Can’t leave out the mashed potatoes and gravy of the plate: ie… my children. Understand I love my children with all my heart, well after God and my husband… but you know what I mean. However, they are both at the ages of testing my very being and pushing me to, and almost beyond, my limits. I’m sure they do it to see how strange they can make my face look before I burst out into all sorts of madness, that of which they have brought me to. NO ONE can press your buttons faster and harder than your children!!

My oldest has recently been just being a “normal teenager” if there is anything normal about that! Without airing all her laundry out in the open, lets just say, she has brought me to making her cut up a favorite dress, because of her disobedience. Scrubbing ALL the tile in the house on her hands and knees for 5 1/2 hours with an itty, bitty, tiny scrub brush and yet she hasn’t quite learned that I really do mean it when I say “follow the rules”… don’t break, bend or push them just follow them for your own good and my sanity.

Last but certainly not least… yes it is a vanity thing… I’m losing even more hair. As soon as I can I’ll get a good pic up so you can actually see the progress so to speak.  It’s coming out quite faster than it had before, so I cut it really short to get ready in case it all falls out. I can prepare my self mentally, you know, if I have anything mentally still up there…LOL Friends I will tell you this, if I start looking like a dog with mange… I will have a head shaving party and shave it all off  with my closest friends here to support me. I’m telling you this will be one thing I will want to control and not let it control me. (side note: then I can maybe get a tatoo on my head of like a wicked looking zipper down the middle… what do you think? lol)

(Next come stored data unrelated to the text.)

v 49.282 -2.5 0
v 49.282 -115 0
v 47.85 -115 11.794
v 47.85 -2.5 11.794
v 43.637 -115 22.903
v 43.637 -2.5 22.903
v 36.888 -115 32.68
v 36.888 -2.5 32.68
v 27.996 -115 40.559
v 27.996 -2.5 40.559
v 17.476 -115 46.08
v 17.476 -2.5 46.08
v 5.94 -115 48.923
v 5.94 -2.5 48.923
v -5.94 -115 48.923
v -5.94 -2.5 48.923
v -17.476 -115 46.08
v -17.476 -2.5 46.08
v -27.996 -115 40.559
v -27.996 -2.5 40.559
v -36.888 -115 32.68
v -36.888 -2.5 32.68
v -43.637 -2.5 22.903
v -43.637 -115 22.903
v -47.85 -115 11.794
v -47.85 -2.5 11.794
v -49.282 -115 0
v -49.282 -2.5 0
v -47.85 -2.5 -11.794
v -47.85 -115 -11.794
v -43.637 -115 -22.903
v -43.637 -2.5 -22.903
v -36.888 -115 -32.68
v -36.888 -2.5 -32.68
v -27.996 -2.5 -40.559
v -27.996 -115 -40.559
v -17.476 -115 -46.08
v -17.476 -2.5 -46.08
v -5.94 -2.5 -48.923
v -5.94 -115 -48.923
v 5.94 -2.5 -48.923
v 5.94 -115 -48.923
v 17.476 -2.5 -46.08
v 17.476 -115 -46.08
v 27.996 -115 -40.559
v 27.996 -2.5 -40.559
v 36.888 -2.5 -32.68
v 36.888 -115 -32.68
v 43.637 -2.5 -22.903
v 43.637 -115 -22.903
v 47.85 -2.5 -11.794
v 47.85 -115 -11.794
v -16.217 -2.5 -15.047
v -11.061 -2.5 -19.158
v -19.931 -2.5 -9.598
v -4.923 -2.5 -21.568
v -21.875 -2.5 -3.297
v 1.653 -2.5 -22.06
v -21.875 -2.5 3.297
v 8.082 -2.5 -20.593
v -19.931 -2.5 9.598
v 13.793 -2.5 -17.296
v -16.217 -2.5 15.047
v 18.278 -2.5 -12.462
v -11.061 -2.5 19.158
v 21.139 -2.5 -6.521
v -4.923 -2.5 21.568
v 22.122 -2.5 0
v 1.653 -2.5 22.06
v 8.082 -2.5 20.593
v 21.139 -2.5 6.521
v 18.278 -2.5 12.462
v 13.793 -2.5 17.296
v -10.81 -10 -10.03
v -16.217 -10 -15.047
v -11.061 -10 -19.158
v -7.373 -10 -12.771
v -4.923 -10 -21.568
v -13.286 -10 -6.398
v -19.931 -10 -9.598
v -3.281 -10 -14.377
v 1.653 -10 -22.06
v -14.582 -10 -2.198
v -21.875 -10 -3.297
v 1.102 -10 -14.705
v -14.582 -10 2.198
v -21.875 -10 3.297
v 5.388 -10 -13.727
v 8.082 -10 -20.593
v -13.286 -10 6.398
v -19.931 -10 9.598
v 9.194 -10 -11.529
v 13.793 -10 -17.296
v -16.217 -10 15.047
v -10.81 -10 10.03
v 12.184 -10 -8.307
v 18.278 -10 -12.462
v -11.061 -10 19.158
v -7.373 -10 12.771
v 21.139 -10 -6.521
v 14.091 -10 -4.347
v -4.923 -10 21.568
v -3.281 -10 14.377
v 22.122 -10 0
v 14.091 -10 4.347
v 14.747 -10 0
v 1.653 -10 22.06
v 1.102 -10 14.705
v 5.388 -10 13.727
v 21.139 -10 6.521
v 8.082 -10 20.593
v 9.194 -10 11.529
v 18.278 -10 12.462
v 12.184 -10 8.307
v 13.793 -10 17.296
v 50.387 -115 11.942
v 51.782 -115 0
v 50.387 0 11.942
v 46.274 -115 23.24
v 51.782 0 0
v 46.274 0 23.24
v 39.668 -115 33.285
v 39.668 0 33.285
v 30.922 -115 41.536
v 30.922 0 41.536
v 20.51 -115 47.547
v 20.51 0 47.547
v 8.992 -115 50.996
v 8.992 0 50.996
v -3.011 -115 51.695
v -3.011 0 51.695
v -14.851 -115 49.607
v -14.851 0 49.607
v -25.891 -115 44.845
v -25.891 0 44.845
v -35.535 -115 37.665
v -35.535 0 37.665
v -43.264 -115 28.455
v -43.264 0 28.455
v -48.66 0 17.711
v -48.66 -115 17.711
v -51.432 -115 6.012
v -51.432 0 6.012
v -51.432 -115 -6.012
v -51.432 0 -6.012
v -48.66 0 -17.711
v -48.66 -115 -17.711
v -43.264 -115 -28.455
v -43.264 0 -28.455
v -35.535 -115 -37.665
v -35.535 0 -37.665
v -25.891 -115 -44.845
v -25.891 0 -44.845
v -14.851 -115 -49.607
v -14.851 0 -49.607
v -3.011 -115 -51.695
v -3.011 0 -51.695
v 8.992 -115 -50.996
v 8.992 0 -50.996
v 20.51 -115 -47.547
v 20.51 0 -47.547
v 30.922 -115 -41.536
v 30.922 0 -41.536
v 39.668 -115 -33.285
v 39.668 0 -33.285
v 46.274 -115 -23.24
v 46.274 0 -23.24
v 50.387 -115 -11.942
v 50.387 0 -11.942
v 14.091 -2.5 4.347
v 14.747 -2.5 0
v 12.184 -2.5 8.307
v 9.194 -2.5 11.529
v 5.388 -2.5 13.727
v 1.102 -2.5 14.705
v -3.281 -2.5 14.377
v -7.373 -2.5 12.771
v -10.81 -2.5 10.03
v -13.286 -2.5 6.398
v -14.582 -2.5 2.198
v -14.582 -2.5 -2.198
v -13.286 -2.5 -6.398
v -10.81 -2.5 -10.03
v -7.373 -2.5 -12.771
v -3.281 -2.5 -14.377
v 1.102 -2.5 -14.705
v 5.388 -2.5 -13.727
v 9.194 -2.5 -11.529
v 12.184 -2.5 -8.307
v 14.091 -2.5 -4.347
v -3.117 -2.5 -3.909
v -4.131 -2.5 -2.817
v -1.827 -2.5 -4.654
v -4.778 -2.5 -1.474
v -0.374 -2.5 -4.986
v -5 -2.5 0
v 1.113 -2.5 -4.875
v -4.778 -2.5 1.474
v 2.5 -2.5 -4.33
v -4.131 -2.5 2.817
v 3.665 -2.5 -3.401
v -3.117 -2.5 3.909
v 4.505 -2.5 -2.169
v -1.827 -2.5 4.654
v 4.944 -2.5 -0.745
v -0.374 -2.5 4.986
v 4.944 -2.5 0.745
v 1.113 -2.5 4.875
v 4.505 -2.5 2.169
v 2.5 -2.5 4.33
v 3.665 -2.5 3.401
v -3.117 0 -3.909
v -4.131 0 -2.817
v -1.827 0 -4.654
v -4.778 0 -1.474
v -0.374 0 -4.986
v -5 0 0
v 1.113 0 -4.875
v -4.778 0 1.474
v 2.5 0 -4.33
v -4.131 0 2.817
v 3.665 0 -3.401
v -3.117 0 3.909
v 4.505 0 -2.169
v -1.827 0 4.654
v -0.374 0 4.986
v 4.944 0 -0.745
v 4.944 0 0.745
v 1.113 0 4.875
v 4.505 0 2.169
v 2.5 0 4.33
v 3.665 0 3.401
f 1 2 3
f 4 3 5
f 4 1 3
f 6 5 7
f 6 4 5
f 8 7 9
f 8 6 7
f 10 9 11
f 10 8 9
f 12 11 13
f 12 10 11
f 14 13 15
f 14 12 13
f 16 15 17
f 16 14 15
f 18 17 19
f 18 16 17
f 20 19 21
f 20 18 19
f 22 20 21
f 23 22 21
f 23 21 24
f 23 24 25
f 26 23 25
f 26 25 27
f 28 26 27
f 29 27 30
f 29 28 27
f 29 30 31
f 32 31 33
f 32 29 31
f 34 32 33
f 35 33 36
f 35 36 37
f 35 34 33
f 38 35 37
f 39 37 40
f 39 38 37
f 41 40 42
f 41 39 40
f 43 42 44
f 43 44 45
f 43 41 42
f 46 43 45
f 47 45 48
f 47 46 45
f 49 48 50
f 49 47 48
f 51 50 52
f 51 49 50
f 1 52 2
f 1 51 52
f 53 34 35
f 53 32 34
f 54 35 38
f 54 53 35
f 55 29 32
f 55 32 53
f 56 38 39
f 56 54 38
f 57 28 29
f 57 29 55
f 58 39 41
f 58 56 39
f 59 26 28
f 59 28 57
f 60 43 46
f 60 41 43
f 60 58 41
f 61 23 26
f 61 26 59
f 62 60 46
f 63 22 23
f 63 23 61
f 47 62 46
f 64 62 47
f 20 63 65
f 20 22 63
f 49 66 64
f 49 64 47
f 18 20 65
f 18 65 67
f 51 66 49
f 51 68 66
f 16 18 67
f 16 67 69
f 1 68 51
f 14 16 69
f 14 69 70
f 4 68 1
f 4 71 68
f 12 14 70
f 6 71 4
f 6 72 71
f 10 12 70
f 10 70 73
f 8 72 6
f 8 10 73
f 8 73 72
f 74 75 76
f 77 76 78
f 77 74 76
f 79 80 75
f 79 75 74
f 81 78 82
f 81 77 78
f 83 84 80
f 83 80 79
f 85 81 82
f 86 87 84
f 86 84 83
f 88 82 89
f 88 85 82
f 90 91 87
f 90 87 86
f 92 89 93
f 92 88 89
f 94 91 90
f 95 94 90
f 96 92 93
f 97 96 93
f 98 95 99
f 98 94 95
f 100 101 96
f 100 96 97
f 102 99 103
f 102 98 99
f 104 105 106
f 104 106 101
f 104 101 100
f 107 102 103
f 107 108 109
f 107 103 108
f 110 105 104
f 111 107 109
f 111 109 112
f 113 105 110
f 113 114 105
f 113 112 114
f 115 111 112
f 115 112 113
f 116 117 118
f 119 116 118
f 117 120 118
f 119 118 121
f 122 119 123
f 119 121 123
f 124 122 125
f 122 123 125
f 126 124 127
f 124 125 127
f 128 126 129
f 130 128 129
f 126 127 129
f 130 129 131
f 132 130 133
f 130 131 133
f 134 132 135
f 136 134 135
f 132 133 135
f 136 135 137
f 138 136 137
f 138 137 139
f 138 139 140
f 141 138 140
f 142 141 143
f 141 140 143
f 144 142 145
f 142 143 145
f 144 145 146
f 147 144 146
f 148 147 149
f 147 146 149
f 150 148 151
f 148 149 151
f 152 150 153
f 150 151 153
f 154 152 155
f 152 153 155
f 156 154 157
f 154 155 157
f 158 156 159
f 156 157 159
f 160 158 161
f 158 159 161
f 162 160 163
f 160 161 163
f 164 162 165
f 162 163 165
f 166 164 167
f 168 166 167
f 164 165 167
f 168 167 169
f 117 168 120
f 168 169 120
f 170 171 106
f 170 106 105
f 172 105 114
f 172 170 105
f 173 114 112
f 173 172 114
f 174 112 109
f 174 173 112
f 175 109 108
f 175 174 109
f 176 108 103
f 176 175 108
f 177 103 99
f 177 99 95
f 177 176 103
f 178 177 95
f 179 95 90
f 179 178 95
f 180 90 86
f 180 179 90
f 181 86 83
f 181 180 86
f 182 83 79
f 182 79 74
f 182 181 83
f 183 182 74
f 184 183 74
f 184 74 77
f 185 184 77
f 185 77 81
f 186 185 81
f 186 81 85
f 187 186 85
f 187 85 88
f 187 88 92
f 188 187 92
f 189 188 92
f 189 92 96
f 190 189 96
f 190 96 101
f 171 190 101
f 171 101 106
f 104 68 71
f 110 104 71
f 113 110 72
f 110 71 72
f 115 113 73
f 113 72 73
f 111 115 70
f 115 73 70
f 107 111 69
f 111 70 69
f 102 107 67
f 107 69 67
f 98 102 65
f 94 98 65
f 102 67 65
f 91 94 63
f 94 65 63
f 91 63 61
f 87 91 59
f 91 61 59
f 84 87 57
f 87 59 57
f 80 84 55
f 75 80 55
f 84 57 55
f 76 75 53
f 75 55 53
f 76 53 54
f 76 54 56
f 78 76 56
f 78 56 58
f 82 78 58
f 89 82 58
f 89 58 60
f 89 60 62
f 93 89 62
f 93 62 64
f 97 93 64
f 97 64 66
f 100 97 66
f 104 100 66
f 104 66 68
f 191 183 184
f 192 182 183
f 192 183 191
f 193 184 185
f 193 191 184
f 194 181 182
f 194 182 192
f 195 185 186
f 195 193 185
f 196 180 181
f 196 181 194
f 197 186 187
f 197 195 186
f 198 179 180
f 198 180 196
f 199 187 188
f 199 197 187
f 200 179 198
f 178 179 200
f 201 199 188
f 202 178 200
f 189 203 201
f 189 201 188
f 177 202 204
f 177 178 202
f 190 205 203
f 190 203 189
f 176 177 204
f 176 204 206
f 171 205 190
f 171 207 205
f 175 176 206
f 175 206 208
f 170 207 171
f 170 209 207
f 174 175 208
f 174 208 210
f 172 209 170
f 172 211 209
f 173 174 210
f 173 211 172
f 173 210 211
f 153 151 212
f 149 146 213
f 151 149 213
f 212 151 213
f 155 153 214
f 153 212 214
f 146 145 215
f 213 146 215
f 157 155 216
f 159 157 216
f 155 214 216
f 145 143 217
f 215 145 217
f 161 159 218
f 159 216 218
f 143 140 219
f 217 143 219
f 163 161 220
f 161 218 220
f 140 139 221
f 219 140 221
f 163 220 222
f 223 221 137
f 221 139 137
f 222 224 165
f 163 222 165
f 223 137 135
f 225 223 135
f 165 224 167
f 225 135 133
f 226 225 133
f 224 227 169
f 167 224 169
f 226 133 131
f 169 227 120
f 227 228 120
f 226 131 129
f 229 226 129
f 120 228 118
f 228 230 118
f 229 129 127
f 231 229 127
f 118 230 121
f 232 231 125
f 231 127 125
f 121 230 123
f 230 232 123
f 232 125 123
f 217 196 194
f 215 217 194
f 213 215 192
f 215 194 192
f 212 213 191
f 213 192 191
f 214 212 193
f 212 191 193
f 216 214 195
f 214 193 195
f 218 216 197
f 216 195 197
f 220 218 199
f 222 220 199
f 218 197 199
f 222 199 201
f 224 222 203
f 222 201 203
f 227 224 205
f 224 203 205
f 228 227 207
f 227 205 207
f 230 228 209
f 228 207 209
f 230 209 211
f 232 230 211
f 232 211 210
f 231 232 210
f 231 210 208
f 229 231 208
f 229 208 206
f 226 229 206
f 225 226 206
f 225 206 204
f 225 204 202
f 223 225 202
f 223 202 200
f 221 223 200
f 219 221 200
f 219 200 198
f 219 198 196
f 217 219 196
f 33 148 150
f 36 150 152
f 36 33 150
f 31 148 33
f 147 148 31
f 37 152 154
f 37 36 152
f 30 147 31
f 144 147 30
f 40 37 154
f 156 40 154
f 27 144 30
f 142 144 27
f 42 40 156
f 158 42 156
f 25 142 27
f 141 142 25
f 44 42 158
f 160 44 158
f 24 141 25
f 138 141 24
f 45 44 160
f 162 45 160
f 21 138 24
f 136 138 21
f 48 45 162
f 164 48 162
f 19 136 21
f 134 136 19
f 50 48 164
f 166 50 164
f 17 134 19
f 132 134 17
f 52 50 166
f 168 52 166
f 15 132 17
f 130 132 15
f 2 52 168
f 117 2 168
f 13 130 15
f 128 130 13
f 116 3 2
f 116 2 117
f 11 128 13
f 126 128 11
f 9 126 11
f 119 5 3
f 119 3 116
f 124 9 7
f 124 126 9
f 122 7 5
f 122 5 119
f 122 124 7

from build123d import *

# Parameters (mm, degrees)
F0_R           = 51.7823878283
F1_DEPTH       = 100
F2_T           = -2.5
F3_R           = 22.1222661474
F3_R_2         = 14.7466183109
F4_DEPTH       = 10
F6_D           = 10
F6_CBORE_D     = 10
F6_CBORE_DEPTH = 5
F7_DEPTH       = 5
F8_DEPTH       = 10


with BuildPart() as f1:
    # F0 (on Front) → F1 (new body)
    with BuildSketch(Plane.XZ):
        Circle(F0_R)
    extrude(amount=F1_DEPTH)

    # F2
    f2_openings = [f1.faces().sort_by_distance(p)[0] for p in [
        (0, -100, 0),
    ]]
    offset(amount=F2_T, openings=f2_openings)

    # F3 (on Front) → F4 (join)
    with BuildSketch(Plane.XZ):
        Circle(F3_R)
        Circle(F3_R_2, mode=Mode.SUBTRACT)
    extrude(amount=F4_DEPTH)

    # F6 (through all)
    with Locations(Plane(origin=(0, 0, 0), x_dir=(1, 0, 0), z_dir=(0, 1, 0))):
        with Locations((0, 0)):
            CounterBoreHole(F6_D / 2, F6_CBORE_D / 2, F6_CBORE_DEPTH)

    # F7 (add): a face of the model
    f7_faces = [f1.faces().sort_by_distance(p)[0] for p in [
        (-50.3177607251, -100, 0),
    ]]
    extrude(f7_faces, amount=F7_DEPTH)

    # F8 (add): a face of the model
    f8_faces = [f1.faces().sort_by_distance(p)[0] for p in [
        (-50.3177607251, -105, 0),
    ]]
    extrude(f8_faces, amount=F8_DEPTH)


solid = f1.part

Now here’s the part I won’t charge you for… ready??.… with all this going on in my life, I am still so full of peace and joy, it’s absolutely mind boggling if you just think about it. I know you probably don’t believe me, unless you know me.

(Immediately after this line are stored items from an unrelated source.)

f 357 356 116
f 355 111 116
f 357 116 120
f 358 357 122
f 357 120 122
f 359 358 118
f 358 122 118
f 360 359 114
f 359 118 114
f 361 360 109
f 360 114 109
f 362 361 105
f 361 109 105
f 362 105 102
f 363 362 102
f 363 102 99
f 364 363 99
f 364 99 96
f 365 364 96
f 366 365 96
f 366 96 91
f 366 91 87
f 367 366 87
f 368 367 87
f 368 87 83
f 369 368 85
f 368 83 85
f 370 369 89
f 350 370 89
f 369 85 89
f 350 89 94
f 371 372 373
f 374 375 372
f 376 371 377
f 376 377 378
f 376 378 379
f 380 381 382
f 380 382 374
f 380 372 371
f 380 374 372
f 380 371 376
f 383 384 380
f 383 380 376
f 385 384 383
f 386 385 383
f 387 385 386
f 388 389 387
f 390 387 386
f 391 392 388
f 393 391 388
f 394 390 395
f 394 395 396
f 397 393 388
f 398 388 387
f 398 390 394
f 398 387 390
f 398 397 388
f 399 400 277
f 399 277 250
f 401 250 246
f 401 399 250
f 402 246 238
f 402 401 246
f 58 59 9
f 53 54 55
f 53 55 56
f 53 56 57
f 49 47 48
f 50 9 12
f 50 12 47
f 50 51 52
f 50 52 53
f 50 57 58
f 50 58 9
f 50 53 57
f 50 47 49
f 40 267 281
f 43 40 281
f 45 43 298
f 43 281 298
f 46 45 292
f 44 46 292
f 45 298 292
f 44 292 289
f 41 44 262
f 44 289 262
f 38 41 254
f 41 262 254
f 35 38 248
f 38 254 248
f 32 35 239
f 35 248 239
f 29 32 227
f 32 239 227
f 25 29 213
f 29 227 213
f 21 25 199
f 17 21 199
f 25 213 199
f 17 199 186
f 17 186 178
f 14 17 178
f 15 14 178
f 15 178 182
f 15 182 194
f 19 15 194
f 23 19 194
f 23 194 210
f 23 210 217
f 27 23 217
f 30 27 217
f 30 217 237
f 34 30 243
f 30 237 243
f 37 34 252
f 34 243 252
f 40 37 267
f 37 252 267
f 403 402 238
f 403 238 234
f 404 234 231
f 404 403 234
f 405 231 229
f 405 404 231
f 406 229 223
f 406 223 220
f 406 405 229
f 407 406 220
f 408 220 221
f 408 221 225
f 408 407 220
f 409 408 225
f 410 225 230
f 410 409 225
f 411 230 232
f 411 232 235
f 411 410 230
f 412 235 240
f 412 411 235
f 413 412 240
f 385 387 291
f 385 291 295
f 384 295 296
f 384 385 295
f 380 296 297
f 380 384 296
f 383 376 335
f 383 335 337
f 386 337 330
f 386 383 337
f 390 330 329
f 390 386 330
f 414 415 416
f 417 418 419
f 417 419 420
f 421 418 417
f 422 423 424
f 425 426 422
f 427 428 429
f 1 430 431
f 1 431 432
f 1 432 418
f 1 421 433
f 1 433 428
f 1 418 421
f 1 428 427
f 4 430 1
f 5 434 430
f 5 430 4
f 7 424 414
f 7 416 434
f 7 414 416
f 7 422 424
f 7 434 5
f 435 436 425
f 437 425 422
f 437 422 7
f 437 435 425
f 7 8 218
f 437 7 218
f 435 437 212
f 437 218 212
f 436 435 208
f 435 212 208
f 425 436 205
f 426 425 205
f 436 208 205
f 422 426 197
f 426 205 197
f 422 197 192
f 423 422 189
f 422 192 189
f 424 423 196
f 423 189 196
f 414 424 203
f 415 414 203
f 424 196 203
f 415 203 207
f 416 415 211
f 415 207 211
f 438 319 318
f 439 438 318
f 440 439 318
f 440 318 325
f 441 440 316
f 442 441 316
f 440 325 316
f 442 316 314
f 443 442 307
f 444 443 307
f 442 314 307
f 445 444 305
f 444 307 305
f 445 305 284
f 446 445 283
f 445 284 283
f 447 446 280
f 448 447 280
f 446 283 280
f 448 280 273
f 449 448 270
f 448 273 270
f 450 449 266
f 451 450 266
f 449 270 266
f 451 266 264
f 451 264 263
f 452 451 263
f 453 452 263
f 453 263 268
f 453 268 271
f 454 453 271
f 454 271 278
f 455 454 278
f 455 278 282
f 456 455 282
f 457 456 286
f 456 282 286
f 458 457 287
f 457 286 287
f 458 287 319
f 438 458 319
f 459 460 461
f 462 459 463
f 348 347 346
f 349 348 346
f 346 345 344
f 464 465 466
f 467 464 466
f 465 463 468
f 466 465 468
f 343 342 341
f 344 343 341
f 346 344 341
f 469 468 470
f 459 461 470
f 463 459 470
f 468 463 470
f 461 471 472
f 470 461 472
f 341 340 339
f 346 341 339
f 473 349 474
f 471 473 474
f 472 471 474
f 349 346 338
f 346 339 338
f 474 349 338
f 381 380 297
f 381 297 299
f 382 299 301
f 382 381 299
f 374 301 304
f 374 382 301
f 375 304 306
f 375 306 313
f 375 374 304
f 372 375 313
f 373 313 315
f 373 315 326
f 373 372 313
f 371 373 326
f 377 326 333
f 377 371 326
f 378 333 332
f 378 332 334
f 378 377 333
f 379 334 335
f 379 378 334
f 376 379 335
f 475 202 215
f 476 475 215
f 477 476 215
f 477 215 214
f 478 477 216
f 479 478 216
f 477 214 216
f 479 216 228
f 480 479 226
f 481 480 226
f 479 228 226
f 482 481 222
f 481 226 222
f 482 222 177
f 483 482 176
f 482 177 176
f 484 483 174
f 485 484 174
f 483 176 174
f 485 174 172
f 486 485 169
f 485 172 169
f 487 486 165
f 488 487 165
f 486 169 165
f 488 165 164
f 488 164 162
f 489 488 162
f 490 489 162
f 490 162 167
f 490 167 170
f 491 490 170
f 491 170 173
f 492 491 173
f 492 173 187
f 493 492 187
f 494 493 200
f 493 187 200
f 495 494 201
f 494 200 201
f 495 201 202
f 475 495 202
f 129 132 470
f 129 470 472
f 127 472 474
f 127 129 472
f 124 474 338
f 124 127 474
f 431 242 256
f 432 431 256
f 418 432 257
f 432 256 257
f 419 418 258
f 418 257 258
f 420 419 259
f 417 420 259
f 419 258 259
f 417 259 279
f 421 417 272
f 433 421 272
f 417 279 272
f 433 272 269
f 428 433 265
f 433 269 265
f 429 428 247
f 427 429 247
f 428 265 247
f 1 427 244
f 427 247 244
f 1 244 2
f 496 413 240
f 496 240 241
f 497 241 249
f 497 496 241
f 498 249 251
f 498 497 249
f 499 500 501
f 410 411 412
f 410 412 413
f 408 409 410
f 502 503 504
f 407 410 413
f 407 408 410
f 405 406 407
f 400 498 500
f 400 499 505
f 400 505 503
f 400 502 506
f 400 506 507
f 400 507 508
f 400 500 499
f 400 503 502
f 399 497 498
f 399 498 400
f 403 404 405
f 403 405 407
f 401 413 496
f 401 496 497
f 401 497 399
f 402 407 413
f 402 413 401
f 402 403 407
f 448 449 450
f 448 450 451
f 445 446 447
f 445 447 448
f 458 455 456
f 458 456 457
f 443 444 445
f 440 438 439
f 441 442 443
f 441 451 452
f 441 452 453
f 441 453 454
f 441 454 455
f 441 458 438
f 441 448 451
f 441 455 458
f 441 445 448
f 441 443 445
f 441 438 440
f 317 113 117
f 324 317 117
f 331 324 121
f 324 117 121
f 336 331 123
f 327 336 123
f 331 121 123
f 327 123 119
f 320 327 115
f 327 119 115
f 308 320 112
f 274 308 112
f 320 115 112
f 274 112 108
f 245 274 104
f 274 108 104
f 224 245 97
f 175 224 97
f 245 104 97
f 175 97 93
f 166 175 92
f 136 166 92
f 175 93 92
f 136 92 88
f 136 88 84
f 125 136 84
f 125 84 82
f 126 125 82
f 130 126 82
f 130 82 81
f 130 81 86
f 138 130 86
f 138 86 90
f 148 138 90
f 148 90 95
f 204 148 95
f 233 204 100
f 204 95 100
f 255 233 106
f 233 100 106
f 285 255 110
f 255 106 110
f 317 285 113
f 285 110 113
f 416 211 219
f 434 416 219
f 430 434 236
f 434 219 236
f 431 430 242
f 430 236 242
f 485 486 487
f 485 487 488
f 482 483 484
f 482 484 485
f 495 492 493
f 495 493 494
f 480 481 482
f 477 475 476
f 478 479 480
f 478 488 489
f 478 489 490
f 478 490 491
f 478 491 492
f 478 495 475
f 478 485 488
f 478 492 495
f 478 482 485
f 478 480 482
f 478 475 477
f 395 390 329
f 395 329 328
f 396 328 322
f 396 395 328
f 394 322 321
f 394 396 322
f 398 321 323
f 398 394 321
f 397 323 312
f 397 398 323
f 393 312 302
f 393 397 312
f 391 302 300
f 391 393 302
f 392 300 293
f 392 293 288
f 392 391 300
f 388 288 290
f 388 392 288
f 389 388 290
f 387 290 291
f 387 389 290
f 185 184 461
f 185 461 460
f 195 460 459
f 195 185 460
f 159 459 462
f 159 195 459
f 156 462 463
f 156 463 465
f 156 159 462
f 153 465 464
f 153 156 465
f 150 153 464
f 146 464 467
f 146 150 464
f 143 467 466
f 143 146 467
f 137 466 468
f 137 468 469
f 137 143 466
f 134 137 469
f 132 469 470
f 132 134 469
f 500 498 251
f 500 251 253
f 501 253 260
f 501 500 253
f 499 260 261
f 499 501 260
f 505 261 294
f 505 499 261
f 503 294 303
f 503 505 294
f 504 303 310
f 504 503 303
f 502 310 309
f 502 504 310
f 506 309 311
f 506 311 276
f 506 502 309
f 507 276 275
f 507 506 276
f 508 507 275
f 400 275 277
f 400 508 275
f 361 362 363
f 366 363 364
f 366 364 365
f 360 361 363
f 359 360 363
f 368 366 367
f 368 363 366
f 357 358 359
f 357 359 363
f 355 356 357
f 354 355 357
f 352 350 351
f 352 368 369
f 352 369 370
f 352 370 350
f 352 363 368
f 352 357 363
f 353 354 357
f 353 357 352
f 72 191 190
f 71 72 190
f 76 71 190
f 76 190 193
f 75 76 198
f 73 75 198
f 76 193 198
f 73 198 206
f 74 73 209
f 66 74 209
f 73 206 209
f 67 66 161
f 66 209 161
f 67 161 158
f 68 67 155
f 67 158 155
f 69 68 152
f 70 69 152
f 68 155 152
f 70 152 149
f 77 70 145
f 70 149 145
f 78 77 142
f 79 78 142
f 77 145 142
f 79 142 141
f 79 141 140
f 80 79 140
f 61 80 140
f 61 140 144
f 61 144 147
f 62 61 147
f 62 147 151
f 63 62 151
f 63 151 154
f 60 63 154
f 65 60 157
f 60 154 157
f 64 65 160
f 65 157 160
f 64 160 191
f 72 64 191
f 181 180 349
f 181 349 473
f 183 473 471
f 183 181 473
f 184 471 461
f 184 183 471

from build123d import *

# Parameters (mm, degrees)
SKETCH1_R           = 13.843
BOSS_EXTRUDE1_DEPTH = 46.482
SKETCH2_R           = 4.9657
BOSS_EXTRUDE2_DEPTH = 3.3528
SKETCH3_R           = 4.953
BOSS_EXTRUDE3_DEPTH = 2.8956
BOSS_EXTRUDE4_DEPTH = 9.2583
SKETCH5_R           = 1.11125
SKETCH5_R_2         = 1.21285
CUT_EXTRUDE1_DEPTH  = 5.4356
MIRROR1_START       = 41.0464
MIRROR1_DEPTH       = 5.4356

Everyday I have so much to be thankful for, I look forward to each day. I want to love on people and let them know they are Fearfully and Wonderfully made.  I have a wonderful family to make me smile each day. My church family is so supportive and help me anytime I need. I have my home, car, food and a job.  But I’m human and I let my plate get piled upon, just let it get bigger and heavier till its overflowing and overwhelming. When I  finally give it to God, lay it all at His feet… my plate becomes empty. When I am so overwhelmed I can lean on my Father, He will hold my hand and never let me go. He will lead me in the right direction. He is taking care of all my needs. He gives me strength, day by day.

Psalm 61

1 Hear my cry, O God;

2 From the end of the earth I will cry to You, When my heart is overwhelmed; Lead me to the rock that is higher than I.

Isaiah 58

11 The Lord will guide you continually, And satisfy your soul in drought, And strengthen your bones; You shall be like a watered garden, And like a spring of water, whose waters do not fail.